We can look at the counts of each value in the 'champions' column to see which champions were picked the most often during the 2022 season. The graph containing all champions can be seen below:

League of Legends has over 160 playable champions, which makes this graph rather difficult to read. To make it simpler, let’s look at only the 15 most and least picked champions.

The graph displaying the 15 most picked champions can be seen here:

And the graph displaying the 15 least picked champions can be seen here:

These graphs shows that champions such as Nautilus and Jinx were picked very often, possibly alluding to their overall strength in pro games. Meanwhile, champions such as Warwick and Teemo are not picked very often. Our main focus, Renekton, sits around the middle of the graph.

However, it must be noted that simply the pick rate of a champion does not on its own correlate to their strength. Many times, popular champions will be “banned” from being chosen, so to examine the overall prescence of any given champion, we can look at a different statistic that takes this into account (but we will get to this later, during the hypothesis testing section).

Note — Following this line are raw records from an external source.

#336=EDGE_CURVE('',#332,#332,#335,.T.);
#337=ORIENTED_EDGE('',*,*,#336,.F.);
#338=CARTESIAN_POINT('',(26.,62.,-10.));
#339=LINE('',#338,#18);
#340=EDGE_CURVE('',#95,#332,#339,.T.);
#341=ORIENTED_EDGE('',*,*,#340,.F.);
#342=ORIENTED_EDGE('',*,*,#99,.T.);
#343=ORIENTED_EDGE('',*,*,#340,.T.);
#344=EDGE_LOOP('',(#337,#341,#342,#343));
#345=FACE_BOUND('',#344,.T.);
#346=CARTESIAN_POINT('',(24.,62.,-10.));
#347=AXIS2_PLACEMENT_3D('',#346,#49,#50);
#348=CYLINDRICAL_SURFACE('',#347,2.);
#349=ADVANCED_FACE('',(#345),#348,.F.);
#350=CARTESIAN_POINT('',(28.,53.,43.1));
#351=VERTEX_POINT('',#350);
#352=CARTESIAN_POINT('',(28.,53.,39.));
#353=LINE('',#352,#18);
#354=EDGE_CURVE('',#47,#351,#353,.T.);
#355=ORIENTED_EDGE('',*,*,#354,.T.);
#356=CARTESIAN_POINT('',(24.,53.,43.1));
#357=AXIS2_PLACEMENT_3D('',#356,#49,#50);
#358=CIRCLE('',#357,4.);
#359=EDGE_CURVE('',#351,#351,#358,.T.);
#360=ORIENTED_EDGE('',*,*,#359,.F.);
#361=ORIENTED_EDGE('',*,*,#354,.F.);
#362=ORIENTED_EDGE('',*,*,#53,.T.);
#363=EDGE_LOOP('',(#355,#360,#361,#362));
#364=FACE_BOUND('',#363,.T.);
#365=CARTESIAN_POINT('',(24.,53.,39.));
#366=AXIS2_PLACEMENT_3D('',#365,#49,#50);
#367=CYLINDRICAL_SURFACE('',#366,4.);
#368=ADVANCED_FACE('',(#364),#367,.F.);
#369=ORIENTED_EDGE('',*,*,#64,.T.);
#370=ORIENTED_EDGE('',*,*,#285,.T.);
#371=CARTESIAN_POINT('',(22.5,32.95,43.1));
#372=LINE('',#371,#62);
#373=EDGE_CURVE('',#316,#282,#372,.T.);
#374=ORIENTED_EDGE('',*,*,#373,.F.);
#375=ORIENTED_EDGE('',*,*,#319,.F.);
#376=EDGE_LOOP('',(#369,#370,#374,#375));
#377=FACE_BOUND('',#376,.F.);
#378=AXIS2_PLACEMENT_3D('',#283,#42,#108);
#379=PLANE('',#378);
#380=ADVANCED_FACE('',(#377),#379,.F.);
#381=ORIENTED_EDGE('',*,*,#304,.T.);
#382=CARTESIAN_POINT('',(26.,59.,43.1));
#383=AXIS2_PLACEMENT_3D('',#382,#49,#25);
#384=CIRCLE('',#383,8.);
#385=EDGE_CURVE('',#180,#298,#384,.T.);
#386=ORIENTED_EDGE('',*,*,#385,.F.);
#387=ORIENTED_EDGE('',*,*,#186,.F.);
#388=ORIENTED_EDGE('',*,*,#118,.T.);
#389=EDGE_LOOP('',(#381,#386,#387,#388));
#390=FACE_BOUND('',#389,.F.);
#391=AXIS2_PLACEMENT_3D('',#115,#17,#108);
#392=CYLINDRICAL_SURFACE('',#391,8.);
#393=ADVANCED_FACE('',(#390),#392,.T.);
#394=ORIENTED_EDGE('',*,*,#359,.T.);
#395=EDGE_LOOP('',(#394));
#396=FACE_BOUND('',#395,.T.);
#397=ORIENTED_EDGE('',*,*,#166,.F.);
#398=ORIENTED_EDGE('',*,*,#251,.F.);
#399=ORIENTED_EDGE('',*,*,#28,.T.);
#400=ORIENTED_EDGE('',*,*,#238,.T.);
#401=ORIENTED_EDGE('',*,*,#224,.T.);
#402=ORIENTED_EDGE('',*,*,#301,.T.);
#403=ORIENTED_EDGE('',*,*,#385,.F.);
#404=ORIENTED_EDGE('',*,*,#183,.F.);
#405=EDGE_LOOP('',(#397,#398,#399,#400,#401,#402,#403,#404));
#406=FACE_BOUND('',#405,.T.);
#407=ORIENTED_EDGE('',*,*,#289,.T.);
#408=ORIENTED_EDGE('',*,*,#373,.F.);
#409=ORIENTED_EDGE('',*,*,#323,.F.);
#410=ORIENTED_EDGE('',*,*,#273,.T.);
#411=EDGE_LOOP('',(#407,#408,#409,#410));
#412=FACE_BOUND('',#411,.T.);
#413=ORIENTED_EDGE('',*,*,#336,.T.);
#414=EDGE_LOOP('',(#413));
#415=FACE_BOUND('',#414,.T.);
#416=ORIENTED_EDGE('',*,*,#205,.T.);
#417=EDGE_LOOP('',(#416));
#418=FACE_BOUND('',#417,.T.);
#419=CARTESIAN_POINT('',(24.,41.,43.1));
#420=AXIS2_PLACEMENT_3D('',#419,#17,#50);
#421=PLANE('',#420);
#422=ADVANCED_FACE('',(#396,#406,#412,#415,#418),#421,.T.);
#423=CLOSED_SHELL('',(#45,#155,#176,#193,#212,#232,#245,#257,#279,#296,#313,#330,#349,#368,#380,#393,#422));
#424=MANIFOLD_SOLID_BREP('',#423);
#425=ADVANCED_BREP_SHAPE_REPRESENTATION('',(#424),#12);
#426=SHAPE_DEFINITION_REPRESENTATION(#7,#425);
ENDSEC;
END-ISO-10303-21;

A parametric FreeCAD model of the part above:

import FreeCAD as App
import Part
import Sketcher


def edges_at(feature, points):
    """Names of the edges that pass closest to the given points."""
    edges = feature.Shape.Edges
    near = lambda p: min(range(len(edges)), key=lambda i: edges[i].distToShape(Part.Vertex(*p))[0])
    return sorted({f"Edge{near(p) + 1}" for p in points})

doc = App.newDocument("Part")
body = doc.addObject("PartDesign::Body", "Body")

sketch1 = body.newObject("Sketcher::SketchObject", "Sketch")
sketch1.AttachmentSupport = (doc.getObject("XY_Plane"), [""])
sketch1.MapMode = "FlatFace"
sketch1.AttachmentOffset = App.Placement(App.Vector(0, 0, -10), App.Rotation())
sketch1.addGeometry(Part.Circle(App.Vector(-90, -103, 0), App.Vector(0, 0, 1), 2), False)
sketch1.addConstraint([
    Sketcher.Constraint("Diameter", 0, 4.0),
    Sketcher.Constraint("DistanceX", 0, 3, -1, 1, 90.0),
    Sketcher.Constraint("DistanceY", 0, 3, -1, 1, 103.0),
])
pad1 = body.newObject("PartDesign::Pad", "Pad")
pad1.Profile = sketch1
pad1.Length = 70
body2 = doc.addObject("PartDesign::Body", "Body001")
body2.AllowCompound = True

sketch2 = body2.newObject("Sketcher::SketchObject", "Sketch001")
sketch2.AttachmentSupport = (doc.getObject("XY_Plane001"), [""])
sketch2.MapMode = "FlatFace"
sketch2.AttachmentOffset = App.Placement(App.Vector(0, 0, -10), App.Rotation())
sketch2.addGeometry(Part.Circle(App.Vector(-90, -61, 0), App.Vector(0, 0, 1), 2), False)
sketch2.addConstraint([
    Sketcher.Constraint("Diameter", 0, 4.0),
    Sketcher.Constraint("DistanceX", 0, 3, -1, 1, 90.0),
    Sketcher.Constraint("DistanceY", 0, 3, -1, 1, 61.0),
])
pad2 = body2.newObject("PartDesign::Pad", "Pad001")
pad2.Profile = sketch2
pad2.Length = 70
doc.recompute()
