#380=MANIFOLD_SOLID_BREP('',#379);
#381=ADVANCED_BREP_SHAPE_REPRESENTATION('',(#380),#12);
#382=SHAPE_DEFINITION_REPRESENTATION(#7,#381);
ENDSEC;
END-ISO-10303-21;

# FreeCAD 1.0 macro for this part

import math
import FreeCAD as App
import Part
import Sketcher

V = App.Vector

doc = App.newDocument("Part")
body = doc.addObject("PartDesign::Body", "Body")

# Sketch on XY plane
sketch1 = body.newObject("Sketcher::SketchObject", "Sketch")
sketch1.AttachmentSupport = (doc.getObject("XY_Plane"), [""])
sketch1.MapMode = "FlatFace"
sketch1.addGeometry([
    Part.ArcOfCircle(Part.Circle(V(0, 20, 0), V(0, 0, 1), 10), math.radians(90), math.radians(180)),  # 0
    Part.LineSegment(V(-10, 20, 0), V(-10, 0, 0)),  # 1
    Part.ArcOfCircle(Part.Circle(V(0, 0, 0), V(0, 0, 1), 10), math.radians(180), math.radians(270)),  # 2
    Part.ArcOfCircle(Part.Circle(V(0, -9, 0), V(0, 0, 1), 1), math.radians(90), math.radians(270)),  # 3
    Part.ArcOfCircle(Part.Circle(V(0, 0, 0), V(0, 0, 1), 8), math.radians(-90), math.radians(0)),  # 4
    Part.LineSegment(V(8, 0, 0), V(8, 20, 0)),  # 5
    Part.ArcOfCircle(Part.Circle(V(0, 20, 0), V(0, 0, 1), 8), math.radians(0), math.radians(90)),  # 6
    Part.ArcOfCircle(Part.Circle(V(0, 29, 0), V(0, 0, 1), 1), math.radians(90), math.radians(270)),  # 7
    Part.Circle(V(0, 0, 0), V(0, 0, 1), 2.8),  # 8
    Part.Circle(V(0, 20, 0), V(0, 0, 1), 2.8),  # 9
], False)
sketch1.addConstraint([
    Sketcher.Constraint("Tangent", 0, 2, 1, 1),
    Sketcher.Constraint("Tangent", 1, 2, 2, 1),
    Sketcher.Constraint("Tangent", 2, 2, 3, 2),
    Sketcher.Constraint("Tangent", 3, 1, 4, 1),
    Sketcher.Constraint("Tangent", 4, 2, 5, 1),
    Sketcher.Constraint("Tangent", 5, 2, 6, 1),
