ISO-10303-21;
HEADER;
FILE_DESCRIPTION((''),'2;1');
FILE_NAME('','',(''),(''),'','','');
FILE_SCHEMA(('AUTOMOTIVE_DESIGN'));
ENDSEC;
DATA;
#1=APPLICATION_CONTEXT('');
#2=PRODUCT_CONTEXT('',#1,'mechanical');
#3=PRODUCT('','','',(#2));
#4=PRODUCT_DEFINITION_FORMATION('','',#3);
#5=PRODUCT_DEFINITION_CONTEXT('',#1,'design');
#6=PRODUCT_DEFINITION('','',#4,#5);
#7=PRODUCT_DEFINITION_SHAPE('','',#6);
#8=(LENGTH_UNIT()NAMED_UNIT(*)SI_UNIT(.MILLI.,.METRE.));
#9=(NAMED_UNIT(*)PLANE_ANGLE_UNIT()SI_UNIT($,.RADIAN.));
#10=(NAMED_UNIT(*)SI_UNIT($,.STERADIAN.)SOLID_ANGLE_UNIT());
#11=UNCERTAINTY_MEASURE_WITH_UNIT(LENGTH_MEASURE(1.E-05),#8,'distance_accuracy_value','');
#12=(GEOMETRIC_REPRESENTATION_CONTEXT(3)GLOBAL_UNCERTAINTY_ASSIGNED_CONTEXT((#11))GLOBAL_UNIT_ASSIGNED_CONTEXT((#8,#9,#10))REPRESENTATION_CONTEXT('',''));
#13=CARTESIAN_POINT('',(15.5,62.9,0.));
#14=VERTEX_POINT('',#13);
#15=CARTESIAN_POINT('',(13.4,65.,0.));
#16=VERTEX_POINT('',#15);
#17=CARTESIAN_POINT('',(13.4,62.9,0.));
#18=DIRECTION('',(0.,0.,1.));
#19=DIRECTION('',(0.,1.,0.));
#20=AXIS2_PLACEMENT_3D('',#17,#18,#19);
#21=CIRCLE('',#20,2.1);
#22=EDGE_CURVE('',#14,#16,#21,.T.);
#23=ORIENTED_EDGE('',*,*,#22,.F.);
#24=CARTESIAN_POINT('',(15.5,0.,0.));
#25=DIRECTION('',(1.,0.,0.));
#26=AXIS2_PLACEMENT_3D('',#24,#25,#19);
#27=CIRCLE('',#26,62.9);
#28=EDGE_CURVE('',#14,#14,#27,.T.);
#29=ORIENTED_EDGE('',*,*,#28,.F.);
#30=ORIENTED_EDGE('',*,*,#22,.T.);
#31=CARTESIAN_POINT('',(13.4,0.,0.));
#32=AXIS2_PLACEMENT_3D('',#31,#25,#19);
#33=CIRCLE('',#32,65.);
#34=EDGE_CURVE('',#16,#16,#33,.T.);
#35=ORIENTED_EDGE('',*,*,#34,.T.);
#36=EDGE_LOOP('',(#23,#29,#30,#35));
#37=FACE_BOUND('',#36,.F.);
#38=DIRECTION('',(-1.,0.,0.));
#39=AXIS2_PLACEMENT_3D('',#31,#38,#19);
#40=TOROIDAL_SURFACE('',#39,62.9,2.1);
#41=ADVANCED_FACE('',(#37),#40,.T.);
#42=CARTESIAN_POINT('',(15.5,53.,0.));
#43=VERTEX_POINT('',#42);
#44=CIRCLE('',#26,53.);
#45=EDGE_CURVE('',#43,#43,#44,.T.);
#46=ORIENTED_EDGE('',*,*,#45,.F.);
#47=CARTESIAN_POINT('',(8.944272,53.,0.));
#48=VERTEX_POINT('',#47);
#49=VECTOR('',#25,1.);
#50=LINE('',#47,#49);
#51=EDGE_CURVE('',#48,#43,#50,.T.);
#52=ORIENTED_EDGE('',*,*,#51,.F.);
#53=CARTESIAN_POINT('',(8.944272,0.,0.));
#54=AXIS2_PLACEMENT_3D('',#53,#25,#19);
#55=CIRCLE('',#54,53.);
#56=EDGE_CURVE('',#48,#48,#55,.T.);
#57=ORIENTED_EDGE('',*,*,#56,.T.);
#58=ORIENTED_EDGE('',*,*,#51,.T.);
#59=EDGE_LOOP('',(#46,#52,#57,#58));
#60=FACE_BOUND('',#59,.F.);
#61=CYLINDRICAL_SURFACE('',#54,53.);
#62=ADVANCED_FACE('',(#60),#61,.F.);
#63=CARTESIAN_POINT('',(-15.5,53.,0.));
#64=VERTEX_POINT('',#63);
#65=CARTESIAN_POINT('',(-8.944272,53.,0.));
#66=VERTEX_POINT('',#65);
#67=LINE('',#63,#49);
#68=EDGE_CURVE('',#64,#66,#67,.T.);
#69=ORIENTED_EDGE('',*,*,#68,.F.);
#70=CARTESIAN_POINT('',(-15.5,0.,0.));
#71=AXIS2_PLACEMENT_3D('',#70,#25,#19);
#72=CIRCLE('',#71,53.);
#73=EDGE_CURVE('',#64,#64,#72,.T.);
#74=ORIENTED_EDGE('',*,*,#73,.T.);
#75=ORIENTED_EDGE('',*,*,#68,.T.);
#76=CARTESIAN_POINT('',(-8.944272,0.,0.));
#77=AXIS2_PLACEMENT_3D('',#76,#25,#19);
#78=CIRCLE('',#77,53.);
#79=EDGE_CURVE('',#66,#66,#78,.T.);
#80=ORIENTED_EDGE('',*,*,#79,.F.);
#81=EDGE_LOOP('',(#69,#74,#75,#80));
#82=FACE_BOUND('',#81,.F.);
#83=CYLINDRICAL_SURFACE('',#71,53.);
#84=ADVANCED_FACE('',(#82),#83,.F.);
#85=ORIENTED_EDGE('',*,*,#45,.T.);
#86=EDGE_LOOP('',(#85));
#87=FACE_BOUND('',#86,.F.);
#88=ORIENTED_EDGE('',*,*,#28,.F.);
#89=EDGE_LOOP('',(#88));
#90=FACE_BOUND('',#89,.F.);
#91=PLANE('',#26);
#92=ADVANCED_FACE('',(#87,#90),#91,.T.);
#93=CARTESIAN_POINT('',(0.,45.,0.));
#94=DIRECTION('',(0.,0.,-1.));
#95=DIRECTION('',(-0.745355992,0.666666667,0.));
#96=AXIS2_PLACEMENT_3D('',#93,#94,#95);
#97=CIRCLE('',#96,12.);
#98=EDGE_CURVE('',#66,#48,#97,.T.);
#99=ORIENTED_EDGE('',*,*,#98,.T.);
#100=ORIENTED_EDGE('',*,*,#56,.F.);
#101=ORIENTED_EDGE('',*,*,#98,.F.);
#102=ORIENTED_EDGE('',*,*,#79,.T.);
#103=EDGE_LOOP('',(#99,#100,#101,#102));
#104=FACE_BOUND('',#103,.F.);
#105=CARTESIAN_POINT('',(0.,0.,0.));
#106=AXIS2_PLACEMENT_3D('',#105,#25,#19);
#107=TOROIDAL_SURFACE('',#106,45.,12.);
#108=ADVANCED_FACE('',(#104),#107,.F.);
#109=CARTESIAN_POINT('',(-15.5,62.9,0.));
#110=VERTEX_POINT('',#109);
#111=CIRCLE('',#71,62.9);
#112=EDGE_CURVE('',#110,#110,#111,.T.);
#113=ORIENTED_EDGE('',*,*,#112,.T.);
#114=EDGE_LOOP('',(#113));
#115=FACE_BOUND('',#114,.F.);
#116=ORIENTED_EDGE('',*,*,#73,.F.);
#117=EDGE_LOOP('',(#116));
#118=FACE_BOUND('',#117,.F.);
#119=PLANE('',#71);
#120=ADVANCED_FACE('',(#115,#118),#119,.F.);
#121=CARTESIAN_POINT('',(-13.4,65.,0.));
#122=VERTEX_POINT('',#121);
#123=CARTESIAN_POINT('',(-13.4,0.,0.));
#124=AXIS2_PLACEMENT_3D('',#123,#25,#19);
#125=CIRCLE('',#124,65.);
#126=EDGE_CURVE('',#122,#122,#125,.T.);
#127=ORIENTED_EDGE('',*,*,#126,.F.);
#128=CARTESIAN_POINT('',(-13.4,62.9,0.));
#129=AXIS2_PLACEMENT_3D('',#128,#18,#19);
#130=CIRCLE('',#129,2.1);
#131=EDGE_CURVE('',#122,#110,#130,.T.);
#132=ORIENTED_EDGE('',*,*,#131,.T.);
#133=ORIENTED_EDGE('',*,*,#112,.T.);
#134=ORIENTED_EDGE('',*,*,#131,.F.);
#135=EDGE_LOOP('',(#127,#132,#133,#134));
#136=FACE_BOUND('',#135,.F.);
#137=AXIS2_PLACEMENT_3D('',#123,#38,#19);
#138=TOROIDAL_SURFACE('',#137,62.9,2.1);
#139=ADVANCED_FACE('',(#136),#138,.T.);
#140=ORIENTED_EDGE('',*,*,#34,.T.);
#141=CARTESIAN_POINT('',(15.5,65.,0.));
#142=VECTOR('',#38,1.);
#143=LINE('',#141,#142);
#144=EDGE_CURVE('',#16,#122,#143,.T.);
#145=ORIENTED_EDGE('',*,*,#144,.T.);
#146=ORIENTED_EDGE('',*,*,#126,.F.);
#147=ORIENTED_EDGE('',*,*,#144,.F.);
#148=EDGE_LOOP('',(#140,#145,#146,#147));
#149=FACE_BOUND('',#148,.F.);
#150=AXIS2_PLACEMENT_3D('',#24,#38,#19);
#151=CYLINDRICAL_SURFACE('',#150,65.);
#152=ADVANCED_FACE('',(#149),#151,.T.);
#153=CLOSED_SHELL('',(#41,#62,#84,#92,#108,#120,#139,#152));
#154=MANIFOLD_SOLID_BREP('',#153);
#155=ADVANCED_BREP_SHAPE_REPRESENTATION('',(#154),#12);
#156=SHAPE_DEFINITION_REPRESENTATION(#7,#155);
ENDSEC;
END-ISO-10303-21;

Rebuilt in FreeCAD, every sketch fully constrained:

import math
import FreeCAD as App
import Part
import Sketcher
Q = App.Units.Quantity


def edges_at(feature, points):
    """Names of the edges that pass closest to the given points."""
    edges = feature.Shape.Edges
    near = lambda p: min(range(len(edges)), key=lambda i: edges[i].distToShape(Part.Vertex(*p))[0])
    return sorted({f"Edge{near(p) + 1}" for p in points})

doc = App.newDocument("Part")
body = doc.addObject("PartDesign::Body", "Body")

sketch1 = doc.addObject("Sketcher::SketchObject", "Sketch")
body.addObject(sketch1)
sketch1.AttachmentSupport = (doc.XY_Plane, [""])
sketch1.MapMode = "FlatFace"
sketch1.addGeometry([
    Part.LineSegment(App.Vector(-16, 53, 0), App.Vector(-9, 53, 0)),
    Part.ArcOfCircle(Part.Circle(App.Vector(0, 45, 0), App.Vector(0, 0, 1), 12), math.radians(42), math.radians(138)),
    Part.LineSegment(App.Vector(9, 53, 0), App.Vector(16, 53, 0)),
    Part.LineSegment(App.Vector(16, 53, 0), App.Vector(16, 65, 0)),
    Part.LineSegment(App.Vector(16, 65, 0), App.Vector(-16, 65, 0)),
    Part.LineSegment(App.Vector(-16, 65, 0), App.Vector(-16, 53, 0)),
], False)
sketch1.addConstraint([
    Sketcher.Constraint("Coincident", 0, 2, 1, 2),
    Sketcher.Constraint("Coincident", 1, 1, 2, 1),
    Sketcher.Constraint("Coincident", 2, 2, 3, 1),
    Sketcher.Constraint("Coincident", 3, 2, 4, 1),
    Sketcher.Constraint("Coincident", 4, 2, 5, 1),
    Sketcher.Constraint("Coincident", 5, 2, 0, 1),
    Sketcher.Constraint("Horizontal", 0),
    Sketcher.Constraint("Horizontal", 2),
    Sketcher.Constraint("Vertical", 3),
    Sketcher.Constraint("Horizontal", 4),
    Sketcher.Constraint("Vertical", 5),
    Sketcher.Constraint("Symmetric", 0, 2, 1, 1, -2),
    Sketcher.Constraint("Equal", 0, 2),
    Sketcher.Constraint("Radius", 1, Q("12 mm")),
    Sketcher.Constraint("DistanceX", 4, 2, 4, 1, Q("31 mm")),
    Sketcher.Constraint("DistanceY", 3, 1, 3, 2, Q("12 mm")),
    Sketcher.Constraint("DistanceY", -1, 1, 1, 3, Q("45 mm")),
    Sketcher.Constraint("DistanceY", -1, 1, 0, 2, Q("53 mm")),
])
revolution = doc.addObject("PartDesign::Revolution", "Revolution")
body.addObject(revolution)
revolution.Profile = sketch1
revolution.ReferenceAxis = (sketch1, ["H_Axis"])
revolution.Angle = 360
doc.recompute()

fillet = doc.addObject("PartDesign::Fillet", "Fillet")
body.addObject(fillet)
fillet.Base = (revolution, edges_at(revolution, [(15.5, -65, 0), (-15.5, -65, 0)]))
fillet.Radius = 2.1

doc.recompute()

Next, we can examine how long pro League games usually go on for.

Below is a box plot depicting the distribution of game times (in minutes) of games played during the 2022 season.

As we can see here, many pro League games average to around 30 minutes in length, with a roughly right skewed distribution. This is important to consider because certain champions (like Renekton) are stronger in the earlier stages of the game (i.e. the first 25 or so minutes) than in the later stages of the game. If many games go on for a long time, then it may affect Renekton’s overall strength, and by extension, whether he received buffs before Worlds.

Bivariate Analysis

We can also take a look at the distribution of games played on each patch.

Patches are modifications to champions or systems in the game with the intent of making the game more balanced and fun to play. These patches are released on a (approximately) two week cycle, which makes them an effective method of analyzing the peaks and valleys of the League pro scene.

Below, we can see the number of games played on each patch. From this, we can see that many games were played on the patches at the beginning of the year, then fewer games were played, but then games spiked again around patch 12.12 thus depicting a bimodal distribution.

There is also a small spike from 12.17 to 12.18, which corresponds to the patches that were released right before Worlds (the world championships).



Another statistic we could analyze is which champions had the highest win rates. To ensure that we only analyze champions with a decent sample size, we will take the champions with at least 100 picks according to our univariate analysis from earlier (Number of Times Picked for Each Champion). The graph containing these champions can be seen below:

There are still very many champions that fall under this criteria, causing our graph to be dense with bars. Like before, let’s only look at the champions with the highest and lowest fifteen win rates.

The top 15 are here:

And the bottom 15 are here:

Unlike our univariate analysis of champion pick counts, we see that win rates for each champion has a much smaller variance.

Keep in mind that win rate is not the only factor that determines the strength of a champion. Some champions are only played as counters to other champions, and thus naturally have a higher win rate, since players only play those champions into favorable matchups.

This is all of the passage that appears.